No Major Awards for Fox’s ‘A Christmas Story Live’
A Christmas Story Live! was pretty much dead on arrival for Fox, scoring a weak 1.5 rating in viewers 18-49, with 4.5 million total viewers. Matthew Broderick was the narrator, with quite a bit of screen time, and Maya Rudolph played Ralphie’s mother. But tough competition on the other broadcast networks, and an unfamiliar take on the beloved Christmas movie, appeared to doom the special.
A Christmas Story Live! aired from 7 to 10 p.m. It featured elements of both the movie, which came out in 1983 and of course shows in a marathon starting Christmas Eve on TBS, and a musical that debuted in 2009 and came to Broadway in 2012. Benj Pasek and Justin Paul, who composed the original score to “A Christmas Story: The Musical,” and also worked on “Dear Evan Hansen,” composed new songs for the Fox special.
Perhaps a more straightforward adaptation of the movie would’ve worked better.
“Folks know the movie and will watch that,” said media consultant Bill Carroll. “I don’t know that most folks know the musical.”
No one from the 1983 film was involved with the Fox production.
There's been heightened interest in live entertainment programming with broadcasters as a hedge against OTT rivals. But ratings for live productions have been slipping since The Sound of Music Live jump-started the live TV trend in 2013. Airing on NBC, that did a 5.6 rating in 18-49, with 22 million total viewers.
A year ago, NBC’s Hairspray Live! did a 2.3 overnight rating. In 2015, The Wiz did a 3.4 on NBC, while in 2014, critically derided Peter Pan Live! rated a 2.4 on NBC.
Closer to the lowly number put up by A Christmas Story Live! Sunday, Fox’s live musical The Passion did a 1.6 last March.
But in January, Fox production Grease: Live bucked the trend, putting up a 4.3 rating and drawing 12.2 million total viewers.

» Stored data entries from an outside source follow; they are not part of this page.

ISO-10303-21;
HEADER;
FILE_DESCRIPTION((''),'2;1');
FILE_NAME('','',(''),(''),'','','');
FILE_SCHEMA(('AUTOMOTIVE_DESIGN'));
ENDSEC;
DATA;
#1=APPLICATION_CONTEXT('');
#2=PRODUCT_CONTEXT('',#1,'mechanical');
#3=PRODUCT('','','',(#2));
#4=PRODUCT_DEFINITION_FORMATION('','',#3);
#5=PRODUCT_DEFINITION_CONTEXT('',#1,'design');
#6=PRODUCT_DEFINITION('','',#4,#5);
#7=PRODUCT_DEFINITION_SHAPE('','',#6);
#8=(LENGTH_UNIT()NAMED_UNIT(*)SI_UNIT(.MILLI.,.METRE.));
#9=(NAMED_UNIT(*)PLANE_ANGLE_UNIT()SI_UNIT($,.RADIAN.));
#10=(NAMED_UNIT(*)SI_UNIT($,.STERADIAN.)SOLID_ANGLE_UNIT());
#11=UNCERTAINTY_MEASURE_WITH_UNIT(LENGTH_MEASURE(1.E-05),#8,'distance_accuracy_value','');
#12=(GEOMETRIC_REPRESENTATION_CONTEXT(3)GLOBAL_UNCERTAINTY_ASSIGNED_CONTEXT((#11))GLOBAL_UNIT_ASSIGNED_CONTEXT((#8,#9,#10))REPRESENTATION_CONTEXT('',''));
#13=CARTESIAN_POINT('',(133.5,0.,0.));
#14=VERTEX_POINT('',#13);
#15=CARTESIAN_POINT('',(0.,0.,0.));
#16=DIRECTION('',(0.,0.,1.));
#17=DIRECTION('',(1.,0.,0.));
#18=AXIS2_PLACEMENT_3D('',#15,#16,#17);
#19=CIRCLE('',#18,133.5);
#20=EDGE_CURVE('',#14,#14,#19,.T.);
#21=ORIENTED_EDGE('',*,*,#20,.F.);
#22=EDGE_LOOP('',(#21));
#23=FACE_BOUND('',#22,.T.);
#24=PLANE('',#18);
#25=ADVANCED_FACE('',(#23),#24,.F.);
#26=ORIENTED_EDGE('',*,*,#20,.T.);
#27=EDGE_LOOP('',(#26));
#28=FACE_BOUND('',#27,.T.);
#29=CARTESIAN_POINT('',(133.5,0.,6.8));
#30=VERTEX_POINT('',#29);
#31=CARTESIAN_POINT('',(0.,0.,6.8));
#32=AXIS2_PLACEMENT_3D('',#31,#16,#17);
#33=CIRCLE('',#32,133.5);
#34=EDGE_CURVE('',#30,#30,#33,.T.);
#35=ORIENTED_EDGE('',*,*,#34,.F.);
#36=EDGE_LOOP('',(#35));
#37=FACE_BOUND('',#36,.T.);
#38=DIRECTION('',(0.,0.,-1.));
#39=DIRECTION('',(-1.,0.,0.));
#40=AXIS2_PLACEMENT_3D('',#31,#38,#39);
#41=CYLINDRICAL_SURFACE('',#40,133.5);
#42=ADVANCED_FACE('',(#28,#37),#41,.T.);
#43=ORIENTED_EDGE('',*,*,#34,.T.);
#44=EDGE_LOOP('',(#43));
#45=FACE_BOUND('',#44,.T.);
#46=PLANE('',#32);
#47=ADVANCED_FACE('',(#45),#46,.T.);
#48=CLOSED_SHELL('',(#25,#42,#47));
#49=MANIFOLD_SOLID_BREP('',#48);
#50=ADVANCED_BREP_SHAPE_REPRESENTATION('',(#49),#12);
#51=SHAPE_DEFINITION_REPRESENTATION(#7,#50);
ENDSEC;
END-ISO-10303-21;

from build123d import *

# Parameters (mm, degrees)
SKETCH1_R           = 133.5
BOSS_EXTRUDE1_DEPTH = 6.8


with BuildPart() as part:
    # Sketch1 → Boss-Extrude1 (new body)
    with BuildSketch(Plane.XY):
        Circle(SKETCH1_R)
    extrude(amount=BOSS_EXTRUDE1_DEPTH)


solid = part.part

The Sound of Music played a part in A Christmas Story Live!’s weak showing. The 1965 film aired on ABC Sunday, while a high impact football game that went down to the wire, Patriots versus Steelers, kept viewers on CBS well past Christmas Story Live!’s start. Of course, NBC had a football game coming up too on Sunday Night Football.
The Sound of Music is its own holiday tradition, notes Carroll. “A traditional audience is more likely to watch The Sound of Music (than A Christmas Story Live!),” he said.
He also believes that A Christmas Story Live! was something of an illogical fit on Fox’s Sunday prime, which usually has animated comedies—Simpsons, Family Guy—that draw young males more than they do families. The likes of Broderick, Rudolph, Ana Gasteyer and Jane Krakowski aren’t likely household names among the usual Fox Sunday crowd.
A Christmas Story Live! came from Warner Horizon Unscripted & Alternative Television. It was performed at Warner Bros. Studios in Burbank. Marc Platt and Adam Siegel, both veterans of Fox’s Grease: Live production, executive produced. Scott Ellis was an executive producer and oversaw stage direction. Alex Rudzinski was an executive producer and live television director.
Reviews were so so. As USA Today saw it, ‘A Christmas Story Live! Shoots Its Own Eye Out.’
Although the cast is quite appealing and the show well staged (with hardly a hiccup or blooper), it couldn't liven up the flat material. A three-hour runtime made it a slog, and the musical was overstuffed with songs, some added from the 2009 Broadway musical adapted from it. Jokes were too far apart and never seemed to land (and strangely, an unseen audience applauded for songs but didn't laugh at punchlines).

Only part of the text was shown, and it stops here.